## INSTRUCTIONS FOR THE TASK
Every line in the data below from the one containing "f 109 120 110" down to the one containing "f 124 42 122", both included, must be retyped exactly; no other line is to appear.

## RECORDS TO USE
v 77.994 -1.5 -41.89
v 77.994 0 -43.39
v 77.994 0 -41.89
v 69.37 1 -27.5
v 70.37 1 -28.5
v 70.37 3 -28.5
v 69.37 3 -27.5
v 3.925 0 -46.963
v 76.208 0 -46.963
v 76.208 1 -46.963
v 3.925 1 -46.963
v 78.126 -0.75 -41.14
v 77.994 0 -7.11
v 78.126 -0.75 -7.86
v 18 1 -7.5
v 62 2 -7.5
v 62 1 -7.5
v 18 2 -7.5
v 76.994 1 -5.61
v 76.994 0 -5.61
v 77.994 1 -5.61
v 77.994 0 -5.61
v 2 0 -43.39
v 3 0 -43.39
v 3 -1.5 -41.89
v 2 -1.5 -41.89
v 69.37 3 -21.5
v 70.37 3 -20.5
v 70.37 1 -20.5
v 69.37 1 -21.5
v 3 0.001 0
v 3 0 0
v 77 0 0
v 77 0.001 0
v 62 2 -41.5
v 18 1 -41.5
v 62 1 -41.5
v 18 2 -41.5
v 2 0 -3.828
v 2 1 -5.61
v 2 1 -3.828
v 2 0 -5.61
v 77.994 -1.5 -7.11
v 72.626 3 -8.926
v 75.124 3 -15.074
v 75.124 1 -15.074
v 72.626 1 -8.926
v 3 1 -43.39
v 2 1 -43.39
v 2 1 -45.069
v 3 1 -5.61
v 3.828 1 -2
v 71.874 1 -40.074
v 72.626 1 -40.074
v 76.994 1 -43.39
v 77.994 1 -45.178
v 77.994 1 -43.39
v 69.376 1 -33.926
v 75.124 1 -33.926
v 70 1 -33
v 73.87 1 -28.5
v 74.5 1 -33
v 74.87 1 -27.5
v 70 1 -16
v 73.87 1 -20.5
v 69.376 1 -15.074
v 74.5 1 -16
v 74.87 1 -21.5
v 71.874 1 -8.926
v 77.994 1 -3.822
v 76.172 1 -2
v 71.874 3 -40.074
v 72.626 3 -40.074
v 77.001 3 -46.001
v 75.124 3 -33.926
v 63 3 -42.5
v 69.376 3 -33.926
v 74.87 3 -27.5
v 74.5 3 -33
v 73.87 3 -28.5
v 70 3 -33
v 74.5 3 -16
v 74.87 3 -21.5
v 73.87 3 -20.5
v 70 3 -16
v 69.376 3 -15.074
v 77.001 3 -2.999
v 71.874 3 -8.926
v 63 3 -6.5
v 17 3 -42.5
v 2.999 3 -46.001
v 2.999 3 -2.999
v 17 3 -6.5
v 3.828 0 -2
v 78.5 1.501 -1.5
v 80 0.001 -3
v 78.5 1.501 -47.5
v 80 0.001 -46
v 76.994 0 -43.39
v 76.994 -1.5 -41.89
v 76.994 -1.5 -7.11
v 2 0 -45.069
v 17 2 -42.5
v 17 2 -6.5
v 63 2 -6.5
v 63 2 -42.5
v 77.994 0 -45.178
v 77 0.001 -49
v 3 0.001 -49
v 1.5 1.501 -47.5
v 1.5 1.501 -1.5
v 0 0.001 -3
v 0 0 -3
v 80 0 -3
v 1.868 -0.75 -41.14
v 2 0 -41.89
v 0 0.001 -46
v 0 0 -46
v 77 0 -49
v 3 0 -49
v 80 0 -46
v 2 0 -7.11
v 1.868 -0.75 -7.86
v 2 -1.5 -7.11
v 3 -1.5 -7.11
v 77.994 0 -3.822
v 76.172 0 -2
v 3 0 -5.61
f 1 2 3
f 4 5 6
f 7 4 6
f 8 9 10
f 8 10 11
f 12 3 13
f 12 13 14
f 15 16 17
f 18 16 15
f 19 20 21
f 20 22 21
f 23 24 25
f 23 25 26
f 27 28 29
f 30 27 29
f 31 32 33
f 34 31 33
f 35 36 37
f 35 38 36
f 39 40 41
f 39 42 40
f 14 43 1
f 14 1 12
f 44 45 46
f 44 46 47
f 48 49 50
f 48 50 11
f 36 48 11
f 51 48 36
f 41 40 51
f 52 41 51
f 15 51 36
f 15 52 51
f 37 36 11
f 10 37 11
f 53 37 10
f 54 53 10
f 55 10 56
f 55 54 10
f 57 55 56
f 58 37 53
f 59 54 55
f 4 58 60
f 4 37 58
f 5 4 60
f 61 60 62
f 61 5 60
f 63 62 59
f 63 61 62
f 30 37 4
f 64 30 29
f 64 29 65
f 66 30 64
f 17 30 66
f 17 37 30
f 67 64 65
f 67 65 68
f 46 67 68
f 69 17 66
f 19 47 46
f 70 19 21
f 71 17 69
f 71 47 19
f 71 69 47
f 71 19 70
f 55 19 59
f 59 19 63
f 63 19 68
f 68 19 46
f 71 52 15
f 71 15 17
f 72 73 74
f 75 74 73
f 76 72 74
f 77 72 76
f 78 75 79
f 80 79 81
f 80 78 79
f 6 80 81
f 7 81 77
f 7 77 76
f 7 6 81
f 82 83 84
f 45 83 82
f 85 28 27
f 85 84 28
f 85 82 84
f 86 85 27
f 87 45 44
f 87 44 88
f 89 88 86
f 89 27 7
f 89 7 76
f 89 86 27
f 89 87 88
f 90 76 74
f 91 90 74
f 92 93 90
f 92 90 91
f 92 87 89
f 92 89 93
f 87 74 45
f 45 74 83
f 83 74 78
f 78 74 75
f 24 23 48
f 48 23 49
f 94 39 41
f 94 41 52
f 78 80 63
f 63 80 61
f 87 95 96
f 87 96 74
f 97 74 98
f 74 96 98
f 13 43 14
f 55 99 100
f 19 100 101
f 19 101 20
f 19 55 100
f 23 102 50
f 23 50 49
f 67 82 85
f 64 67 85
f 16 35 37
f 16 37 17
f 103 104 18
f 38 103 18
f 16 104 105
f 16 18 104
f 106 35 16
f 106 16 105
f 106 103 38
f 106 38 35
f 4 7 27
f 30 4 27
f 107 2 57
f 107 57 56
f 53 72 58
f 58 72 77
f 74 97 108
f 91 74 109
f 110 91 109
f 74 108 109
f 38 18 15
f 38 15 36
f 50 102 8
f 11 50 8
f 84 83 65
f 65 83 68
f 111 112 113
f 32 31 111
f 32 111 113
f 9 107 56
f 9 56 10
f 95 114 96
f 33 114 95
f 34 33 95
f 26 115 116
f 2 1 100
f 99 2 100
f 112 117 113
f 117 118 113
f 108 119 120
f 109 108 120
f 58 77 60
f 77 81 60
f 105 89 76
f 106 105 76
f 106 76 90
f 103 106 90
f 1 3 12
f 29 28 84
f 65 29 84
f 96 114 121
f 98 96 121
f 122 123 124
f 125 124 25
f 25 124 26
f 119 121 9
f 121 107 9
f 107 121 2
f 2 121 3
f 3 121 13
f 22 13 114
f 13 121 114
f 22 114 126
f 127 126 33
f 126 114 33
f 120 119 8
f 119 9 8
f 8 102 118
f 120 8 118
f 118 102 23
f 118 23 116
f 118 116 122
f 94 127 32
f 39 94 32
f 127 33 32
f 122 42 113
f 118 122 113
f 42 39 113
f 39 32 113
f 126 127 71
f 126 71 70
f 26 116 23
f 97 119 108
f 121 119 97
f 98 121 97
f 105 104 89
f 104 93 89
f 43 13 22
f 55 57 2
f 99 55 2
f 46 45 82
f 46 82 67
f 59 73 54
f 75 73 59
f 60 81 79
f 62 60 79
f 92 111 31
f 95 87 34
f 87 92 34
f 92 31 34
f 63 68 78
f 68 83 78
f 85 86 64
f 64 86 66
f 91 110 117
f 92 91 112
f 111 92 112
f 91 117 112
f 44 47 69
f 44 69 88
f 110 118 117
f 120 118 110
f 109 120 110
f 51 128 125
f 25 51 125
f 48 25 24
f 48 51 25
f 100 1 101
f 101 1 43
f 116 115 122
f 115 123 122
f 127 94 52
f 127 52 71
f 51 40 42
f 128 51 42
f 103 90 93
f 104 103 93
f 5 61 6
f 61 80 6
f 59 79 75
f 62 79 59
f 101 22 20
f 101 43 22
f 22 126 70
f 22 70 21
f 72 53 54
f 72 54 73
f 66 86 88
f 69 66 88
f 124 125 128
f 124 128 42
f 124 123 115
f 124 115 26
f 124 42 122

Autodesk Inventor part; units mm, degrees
ref_plane "YZ Plane" through (0, 0, 0) normal (1, 0, 0) x (0, 1, 0)
ref_plane "XZ Plane" through (0, 0, 0) normal (0, 1, 0) x (-1, 0, 0)
sketch "Náčrt1" plane through (0, 0, 0) normal (0, 1, 0) x (-1, 0, 0)
  line L0 (0, 0) -> (-80, 0)
  line L1 (-80, 0) -> (-80, -49)
  line L2 (-80, -49) -> (0, -49)
  line L3 (0, -49) -> (0, 0)
  dimension "d0" = 80
  dimension "d1" = 49
extrude "Vysunutí1" add sketch "Náčrt1" along normal blind 3
chamfer "Zkosení1" distance 3 angle 45 4 edges at (0, 1.5, 0) (0, 1.5, -49) (80, 1.5, -49) (80, 1.5, 0)
chamfer "Zkosení2" distance 3 angle 45 4 edges at (40, 3, 0) (0, 3, -24.5) (40, 3, -49) (80, 3, -24.5)
sketch "Náčrt2" plane through (0, 3, 0) normal (0, 1, 0) x (1, 0, 0)
  line L0 (18, 41.5) -> (62, 41.5)
  line L1 (62, 41.5) -> (62, 7.5)
  line L2 (62, 7.5) -> (18, 7.5)
  line L3 (18, 7.5) -> (18, 41.5)
  line L4 (77, 49) -> (3, 49) projected
  line L5 (0, 46) -> (0, 3) projected
  point P0 (0, 0)
  dimension "d11" = 44
  dimension "d12" = 34
  dimension "d13" = 7.5
  dimension "d14" = 18
extrude "Vysunutí2" cut sketch "Náčrt2" against normal blind 2.5
sketch "Náčrt3" plane through (0, 3, 0) normal (0, 1, 0) x (1, 0, 0)
  line L0 (63, 42.5) -> (17, 42.5)
  line L1 (17, 42.5) -> (17, 6.5)
  line L2 (17, 6.5) -> (63, 6.5)
  line L3 (63, 6.5) -> (63, 42.5)
  line L4 (63, 42.5) -> (17, 6.5) construction
  line L5 (17, 42.5) -> (63, 6.5) construction
  point P0 (0, 0)
  point P1 (40, 24.5)
  dimension "d17" = 46
  dimension "d18" = 36
extrude "Vysunutí3" cut sketch "Náčrt3" against normal blind 1
sketch "Náčrt4" plane through (0, 3, 0) normal (0, 1, 0) x (1, 0, 0)
  line L0 (75.5, 16) -> (69, 16)
  line L1 (69, 16) -> (72.25, 8)
  line L2 (75.5, 16) -> (72.25, 8)
  line L3 (3, 0) -> (77, 0) projected
  line L4 (0, 46) -> (0, 3) projected
  point P0 (0, 0)
  dimension "d21" = 6.5
extrude "Vysunutí4" cut sketch "Náčrt4" against normal blind 2.5
chamfer "Zkosení3" distance 1 angle 45 3 edges at (69, 1.75, -16) (75.5, 1.75, -16) (72.25, 1.75, -8)
ref_plane "Pracovní rovina1" through (77, 0, -24.5) normal (0, 0, -1) x (-1, 0, 0)
mirror "Zrcadlit1" about plane through (77, 0, -24.5) normal (0, 0, -1) of "Vysunutí4", "Zkosení3"
sketch "Náčrt5" plane through (0, 3, 0) normal (0, 1, 0) x (1, 0, 0)
  line L0 (69.3705, 20.5) -> (74.8705, 20.5)
  line L1 (74.8705, 20.5) -> (74.8705, 28.5)
  line L2 (74.8705, 28.5) -> (69.3705, 28.5)
  line L3 (69.3705, 28.5) -> (69.3705, 20.5)
  line L4 (3, 0) -> (77, 0) projected
  point P0 (0, 0)
  dimension "d30" = 5.5
  dimension "d31" = 8
  dimension "d32" = 20.5
extrude "Vysunutí5" cut sketch "Náčrt5" against normal blind 2.5
chamfer "Zkosení4" distance 1 angle 45 4 edges at (69.3705, 1.75, -28.5) (69.3705, 1.75, -20.5) (74.8705, 1.75, -20.5) (74.8705, 1.75, -28.5)
sketch "Náčrt6" plane through (0, 3, 0) normal (0, 1, 0) x (1, 0, 0)
  point P0 (0, 0)
sketch "Náčrt7" plane through (0, 0, 0) normal (0, -1, 0) x (1, 0, 0)
  line L0 (3.8284, -2) -> (76.1716, -2)
  line L1 (77.9939, -3.8223) -> (77.9939, -45.1777)
  line L2 (76.2085, -46.9631) -> (3.9251, -46.9631)
  line L3 (2, -46) -> (2, -3.8284)
  line L4 (3, 0) -> (77, 0) projected
  line L5 (0, -46) -> (0, -3) projected
  line L6 (0, -46) -> (2.8284, -46) construction
  line L7 (2, -45.0688) -> (3.9251, -46.9631)
  line L8 (3, -49) -> (0, -46) projected
  line L9 (80, -46) -> (77, -49) projected
  line L10 (80, -46) -> (82.8284, -46) construction
  line L11 (77.9939, -45.1777) -> (76.2085, -46.9631)
  line L12 (77, 0) -> (80, -3) projected
  line L13 (76.1716, -2) -> (77.9939, -3.8223)
  line L14 (2, -3.8284) -> (3.8284, -2)
  line L15 (0, -3) -> (3, 0) projected
  point P0 (0, 0)
  dimension "d40" = 2
  dimension "d41" = 2
  dimension "d43" = 2
  dimension "d45" = 2
  dimension "d46" = 2
  dimension "d47" = 2
extrude "Vysunutí6" cut sketch "Náčrt7" against normal blind 1
sketch "Náčrt8" plane through (77.9939, 0, -45.1777) normal (-1, 0, 0) x (0, 0, 1)
  line L0 (1.7879, 1) -> (1.7879, -1.5)
  line L1 (1.7879, -1.5) -> (39.5674, -1.5)
  line L2 (39.5674, -1.5) -> (39.5674, 1)
  line L3 (41.3554, 1) -> (0, 1) projected
  line L4 (39.5674, 1) -> (1.7879, 1)
  point P0 (45.1777, 0)
extrude "Vysunutí7" add sketch "Náčrt8" along normal blind 1
chamfer "Zkosení5" distance 1.5 angle 45 2 edges at (77.4939, -1.5, -5.6103) (77.4939, -1.5, -43.3897)
sketch "Náčrt9" plane through (77.9939, 0, -45.1777) normal (1, 0, 0) x (0, 0, -1)
  line L0 (-3.2879, -1.5) -> (-3.2879, 0)
  line L1 (-3.2879, -1.5) -> (-38.0674, -1.5) projected
  line L2 (-3.2879, -1.5) -> (-38.0674, -1.5)
  line L3 (-38.0674, -1.5) -> (-38.0674, 0)
  line L4 (-42.1777, 0) -> (0.8223, 0) projected
  point P0 (-45.1777, 0)
  point P1 (-1.7879, 0)
extrude "Vysunutí8" add sketch "Náčrt9" along normal blind 0.5 draft -80
ref_plane "Pracovní rovina2" through (39.9969, 0, -45.1777) normal (-1, 0, 0) x (0, 0, 1)
mirror "Zrcadlit2" about plane through (39.9969, 0, -45.1777) normal (-1, 0, 0) of "Vysunutí7", "Zkosení5", "Vysunutí8"
properties part number "TopCover"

## WRITTEN ANSWER
f 109 120 110
f 51 128 125
f 25 51 125
f 48 25 24
f 48 51 25
f 100 1 101
f 101 1 43
f 116 115 122
f 115 123 122
f 127 94 52
f 127 52 71
f 51 40 42
f 128 51 42
f 103 90 93
f 104 103 93
f 5 61 6
f 61 80 6
f 59 79 75
f 62 79 59
f 101 22 20
f 101 43 22
f 22 126 70
f 22 70 21
f 72 53 54
f 72 54 73
f 66 86 88
f 69 66 88
f 124 125 128
f 124 128 42
f 124 123 115
f 124 115 26
f 124 42 122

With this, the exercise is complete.